Journal of Lipid Research, Vol. 12, 731-739, November 1971
Copyright © 1971 by Lipid Research, Inc.

Inhibition of lipid synthesis in isolated rat hepatocytes by serum lipoproteins

Barry Cooper and Simeon Margolis

Clayton Laboratories, Department of Medicine, and Department of Physiological Chemistry, The Johns Hopkins University, Baltimore, Maryland 21205

The incorporation of labeled acetate into lipids was studied in rat hepatocytes isolated after treatment of liver with collagenase and hyaluronidase. About 60% of the lipid radioactivity was in free cholesterol and 13% was in triglycerides.
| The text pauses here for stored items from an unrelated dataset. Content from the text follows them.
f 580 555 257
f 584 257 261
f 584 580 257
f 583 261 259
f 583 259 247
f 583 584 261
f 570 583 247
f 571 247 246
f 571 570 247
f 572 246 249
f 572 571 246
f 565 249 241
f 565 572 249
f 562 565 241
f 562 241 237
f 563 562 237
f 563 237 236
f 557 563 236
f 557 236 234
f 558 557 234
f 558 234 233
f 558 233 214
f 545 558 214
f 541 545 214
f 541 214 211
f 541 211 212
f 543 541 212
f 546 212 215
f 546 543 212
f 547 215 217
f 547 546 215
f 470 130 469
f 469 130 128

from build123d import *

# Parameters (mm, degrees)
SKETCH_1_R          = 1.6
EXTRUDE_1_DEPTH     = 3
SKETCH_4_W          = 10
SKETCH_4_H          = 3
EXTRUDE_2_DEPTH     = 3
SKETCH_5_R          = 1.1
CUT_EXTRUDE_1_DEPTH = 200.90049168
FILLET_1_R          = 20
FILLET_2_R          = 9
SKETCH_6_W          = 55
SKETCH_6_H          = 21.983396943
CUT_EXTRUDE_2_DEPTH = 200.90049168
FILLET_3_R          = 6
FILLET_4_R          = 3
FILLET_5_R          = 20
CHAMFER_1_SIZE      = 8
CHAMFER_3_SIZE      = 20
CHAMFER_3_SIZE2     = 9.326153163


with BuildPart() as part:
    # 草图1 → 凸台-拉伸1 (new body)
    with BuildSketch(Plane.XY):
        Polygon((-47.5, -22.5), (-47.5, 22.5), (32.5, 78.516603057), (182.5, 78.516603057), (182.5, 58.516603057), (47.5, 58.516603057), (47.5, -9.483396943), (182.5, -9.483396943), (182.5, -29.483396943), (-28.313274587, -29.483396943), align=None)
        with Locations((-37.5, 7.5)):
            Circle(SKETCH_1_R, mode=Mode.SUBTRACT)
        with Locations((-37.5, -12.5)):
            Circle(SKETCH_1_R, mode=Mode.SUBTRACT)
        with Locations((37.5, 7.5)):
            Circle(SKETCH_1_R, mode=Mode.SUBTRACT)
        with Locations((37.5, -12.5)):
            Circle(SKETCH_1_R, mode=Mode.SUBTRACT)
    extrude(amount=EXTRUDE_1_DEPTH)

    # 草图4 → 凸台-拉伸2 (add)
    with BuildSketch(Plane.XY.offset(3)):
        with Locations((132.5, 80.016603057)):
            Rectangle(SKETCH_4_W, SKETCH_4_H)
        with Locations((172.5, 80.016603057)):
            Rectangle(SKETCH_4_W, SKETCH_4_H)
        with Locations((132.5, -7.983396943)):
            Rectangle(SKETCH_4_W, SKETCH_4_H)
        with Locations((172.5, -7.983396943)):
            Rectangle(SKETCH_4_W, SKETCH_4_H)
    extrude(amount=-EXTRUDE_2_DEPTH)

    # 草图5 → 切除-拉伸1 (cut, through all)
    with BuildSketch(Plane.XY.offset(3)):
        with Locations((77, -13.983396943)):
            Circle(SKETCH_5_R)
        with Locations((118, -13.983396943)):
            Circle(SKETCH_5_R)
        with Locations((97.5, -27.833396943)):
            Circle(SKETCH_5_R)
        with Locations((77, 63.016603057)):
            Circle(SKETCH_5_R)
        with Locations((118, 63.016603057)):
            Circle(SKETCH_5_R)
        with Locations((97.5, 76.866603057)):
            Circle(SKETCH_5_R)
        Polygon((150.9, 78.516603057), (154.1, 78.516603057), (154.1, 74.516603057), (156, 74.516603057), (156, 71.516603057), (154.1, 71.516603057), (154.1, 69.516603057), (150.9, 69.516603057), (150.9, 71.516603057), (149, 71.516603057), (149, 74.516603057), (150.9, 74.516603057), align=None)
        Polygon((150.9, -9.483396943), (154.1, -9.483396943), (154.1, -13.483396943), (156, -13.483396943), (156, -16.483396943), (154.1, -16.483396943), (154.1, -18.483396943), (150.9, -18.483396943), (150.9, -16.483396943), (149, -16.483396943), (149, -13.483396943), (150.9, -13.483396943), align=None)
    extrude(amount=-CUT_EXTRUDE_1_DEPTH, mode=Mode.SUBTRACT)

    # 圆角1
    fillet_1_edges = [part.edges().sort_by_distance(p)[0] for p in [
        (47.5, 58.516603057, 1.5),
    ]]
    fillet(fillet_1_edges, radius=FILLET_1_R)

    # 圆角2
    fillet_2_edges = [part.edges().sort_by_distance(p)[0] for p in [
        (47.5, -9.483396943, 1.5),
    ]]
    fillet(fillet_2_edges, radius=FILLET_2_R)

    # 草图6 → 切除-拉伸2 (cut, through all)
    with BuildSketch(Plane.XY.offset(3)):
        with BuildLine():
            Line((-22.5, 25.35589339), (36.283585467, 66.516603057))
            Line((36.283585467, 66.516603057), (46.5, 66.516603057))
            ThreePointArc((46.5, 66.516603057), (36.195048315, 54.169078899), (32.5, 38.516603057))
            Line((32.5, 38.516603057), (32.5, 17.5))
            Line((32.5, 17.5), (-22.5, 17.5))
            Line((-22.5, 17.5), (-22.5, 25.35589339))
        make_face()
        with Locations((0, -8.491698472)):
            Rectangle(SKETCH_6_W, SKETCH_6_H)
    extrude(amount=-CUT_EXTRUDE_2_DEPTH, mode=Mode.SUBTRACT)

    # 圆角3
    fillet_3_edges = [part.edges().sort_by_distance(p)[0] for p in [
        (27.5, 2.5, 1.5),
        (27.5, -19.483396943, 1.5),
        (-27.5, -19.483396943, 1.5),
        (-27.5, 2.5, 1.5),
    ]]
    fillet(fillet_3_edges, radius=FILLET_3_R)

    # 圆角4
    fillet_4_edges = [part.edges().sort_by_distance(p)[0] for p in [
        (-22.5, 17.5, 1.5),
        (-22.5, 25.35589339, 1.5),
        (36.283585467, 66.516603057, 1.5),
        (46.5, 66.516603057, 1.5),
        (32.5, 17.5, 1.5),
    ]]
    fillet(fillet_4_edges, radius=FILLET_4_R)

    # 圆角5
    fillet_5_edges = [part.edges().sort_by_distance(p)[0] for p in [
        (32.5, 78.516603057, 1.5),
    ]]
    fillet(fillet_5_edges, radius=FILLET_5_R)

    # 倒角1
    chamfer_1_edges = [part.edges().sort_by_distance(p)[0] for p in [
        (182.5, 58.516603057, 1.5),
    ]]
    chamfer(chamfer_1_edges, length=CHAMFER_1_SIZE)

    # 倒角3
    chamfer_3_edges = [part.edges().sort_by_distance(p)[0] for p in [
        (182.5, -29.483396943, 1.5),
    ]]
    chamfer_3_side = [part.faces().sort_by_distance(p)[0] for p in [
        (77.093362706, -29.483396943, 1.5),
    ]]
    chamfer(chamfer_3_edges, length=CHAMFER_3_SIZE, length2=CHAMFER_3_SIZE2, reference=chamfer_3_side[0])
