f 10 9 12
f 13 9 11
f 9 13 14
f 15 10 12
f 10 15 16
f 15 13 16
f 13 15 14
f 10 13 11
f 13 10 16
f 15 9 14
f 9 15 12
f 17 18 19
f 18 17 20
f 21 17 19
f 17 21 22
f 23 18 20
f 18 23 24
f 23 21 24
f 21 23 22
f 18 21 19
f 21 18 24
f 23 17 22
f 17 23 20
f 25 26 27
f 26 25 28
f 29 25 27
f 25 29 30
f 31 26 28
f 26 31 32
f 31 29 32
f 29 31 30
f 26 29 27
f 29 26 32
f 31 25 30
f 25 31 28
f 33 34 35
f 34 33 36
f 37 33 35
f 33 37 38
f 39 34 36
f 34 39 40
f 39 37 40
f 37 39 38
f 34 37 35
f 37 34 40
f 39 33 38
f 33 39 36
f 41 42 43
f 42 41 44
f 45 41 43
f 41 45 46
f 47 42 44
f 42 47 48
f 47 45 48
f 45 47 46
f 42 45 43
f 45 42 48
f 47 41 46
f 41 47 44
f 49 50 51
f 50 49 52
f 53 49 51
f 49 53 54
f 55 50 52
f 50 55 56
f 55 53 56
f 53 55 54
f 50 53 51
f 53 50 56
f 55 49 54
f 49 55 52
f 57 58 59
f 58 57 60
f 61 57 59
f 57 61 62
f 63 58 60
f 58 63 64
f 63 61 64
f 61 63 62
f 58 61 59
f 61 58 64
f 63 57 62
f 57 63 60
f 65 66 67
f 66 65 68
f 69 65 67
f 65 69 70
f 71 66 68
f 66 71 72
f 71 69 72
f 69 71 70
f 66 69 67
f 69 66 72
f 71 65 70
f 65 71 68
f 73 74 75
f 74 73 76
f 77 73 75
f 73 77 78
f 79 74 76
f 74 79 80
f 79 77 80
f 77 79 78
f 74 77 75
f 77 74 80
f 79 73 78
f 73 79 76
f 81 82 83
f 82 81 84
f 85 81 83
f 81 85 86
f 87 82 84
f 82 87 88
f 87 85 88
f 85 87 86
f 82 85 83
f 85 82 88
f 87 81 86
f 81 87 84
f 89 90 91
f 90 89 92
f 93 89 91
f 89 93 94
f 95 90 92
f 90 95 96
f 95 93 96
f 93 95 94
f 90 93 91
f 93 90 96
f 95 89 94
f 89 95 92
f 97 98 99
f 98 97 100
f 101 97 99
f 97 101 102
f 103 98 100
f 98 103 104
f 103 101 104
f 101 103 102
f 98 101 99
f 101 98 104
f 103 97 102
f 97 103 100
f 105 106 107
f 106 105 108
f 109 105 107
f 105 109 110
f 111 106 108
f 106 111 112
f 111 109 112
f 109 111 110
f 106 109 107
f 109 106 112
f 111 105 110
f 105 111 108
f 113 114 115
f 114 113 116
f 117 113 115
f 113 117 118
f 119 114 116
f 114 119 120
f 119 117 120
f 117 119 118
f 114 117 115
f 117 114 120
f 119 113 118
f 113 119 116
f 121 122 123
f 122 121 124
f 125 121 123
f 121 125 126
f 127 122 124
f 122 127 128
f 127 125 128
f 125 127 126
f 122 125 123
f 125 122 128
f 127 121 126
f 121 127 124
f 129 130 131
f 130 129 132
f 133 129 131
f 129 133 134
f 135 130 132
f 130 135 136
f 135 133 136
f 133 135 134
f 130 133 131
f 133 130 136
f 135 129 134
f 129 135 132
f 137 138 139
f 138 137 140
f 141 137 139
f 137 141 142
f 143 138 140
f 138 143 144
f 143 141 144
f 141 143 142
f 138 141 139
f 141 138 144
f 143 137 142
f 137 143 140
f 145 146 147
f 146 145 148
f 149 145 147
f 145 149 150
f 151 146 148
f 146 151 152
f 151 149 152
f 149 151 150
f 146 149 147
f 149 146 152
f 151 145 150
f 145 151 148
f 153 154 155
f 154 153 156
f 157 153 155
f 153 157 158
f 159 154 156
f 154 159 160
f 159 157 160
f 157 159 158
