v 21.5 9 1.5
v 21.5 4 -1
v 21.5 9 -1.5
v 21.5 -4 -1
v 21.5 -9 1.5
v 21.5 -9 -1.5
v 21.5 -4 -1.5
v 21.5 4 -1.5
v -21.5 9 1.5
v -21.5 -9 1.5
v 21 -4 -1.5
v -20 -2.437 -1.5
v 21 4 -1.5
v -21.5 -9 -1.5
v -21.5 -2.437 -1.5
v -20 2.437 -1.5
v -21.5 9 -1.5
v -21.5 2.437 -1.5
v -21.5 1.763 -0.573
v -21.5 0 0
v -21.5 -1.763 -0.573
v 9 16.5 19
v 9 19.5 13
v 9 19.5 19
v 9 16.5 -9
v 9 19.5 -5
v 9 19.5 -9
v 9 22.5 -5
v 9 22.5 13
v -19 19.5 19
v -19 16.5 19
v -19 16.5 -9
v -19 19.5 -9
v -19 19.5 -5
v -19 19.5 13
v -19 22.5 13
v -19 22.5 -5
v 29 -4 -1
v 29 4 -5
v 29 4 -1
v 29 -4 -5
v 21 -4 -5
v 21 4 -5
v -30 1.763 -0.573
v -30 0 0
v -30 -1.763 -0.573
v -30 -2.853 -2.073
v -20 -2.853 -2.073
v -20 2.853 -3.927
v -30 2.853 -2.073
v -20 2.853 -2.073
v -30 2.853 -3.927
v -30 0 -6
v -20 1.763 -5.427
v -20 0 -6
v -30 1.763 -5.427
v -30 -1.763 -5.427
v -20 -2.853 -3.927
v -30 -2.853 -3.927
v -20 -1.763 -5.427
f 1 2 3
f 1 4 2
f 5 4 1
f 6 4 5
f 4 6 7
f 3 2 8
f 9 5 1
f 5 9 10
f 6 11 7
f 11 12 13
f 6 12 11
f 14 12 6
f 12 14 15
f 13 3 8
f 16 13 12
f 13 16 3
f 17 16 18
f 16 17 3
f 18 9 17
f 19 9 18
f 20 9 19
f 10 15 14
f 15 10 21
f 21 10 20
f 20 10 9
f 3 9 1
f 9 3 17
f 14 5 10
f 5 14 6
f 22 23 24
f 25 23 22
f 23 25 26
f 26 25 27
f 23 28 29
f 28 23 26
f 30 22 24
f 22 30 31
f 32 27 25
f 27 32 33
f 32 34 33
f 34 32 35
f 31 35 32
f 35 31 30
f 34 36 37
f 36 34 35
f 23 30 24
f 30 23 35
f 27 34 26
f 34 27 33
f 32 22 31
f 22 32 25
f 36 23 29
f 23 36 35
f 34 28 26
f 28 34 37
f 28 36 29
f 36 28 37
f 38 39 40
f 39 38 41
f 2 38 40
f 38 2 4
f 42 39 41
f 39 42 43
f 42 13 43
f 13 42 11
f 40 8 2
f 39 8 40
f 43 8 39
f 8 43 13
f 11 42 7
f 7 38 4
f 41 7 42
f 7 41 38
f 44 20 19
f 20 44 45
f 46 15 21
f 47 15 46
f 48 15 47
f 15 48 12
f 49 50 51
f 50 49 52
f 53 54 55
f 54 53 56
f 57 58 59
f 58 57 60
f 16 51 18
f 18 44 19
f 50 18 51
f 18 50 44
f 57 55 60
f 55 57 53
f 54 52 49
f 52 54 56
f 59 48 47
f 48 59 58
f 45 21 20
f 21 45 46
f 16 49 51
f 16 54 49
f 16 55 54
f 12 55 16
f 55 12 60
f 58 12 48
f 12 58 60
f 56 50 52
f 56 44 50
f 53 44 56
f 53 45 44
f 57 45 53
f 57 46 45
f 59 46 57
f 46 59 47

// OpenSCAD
/*
 * Copyright (C) 2016 Peter Withers
 */

/*
 * testing_tool_case.scad
 *
 * Created: 21/03/2016 23:18
 * Author : Peter Withers <peter@gthb-bambooradical.com>
 */

lcdHoleSpacing = 23;
lcdBoardWidth = 28; // the board is square
lcdDisplayHeight = 18; // the lcd is as wide as the board

atmegaBoardWidth = 18;
atmegaBoardLength = 43;

gapBetweenBoardEdgeAndLcd = 5;

usbWidth = 8;
usbHeight = 4;

translate([0,5,5]) %cube([atmegaBoardLength, 30, lcdBoardWidth+5], center = true);
cube([atmegaBoardLength, atmegaBoardWidth, 3], center = true);
translate([-5,18,5]) cube([lcdBoardWidth, 3, lcdBoardWidth], center = true);
translate([-5,20,4]) cube([lcdBoardWidth, 5, lcdDisplayHeight], center = true);
translate([25,0,-3]) cube([usbWidth, usbWidth, usbHeight], center = true);
translate([-25,0,-3]) rotate(90, [0,1,0]) cylinder(r = 3, h = 10, center = true);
Acetate incorporation was markedly inhibited when human serum lipoproteins were present in the incubation medium. Very low, high, and low density lipoproteins, at concentrations of 1.0 mg/ml, inhibited acetate incorporation by 70, 55, and 35%, respectively. Chylomicrons, at similar concentrations, did not inhibit acetate incorporation. The distribution of radioactivity into lipid classes was unchanged by the addition of lipoproteins. Lipoproteins did not produce a nonspecific toxic effect on hepatocytes, since their addition did not alter the rate of leucine incorporation into protein. The addition of the delipidated protein from low density lipoprotein or of lecithin in amounts comparable to those present in inhibitory concentrations of lipoproteins failed to diminish acetate incorporation. Artificial cholesterol-lecithin emulsions containing small amounts of free cholesterol did not inhibit lipid synthesis. Although the mechanism for the inhibition of acetate incorporation by lipoproteins is unclear, such effects may play some physiological role in the control of lipid biosynthesis in the liver.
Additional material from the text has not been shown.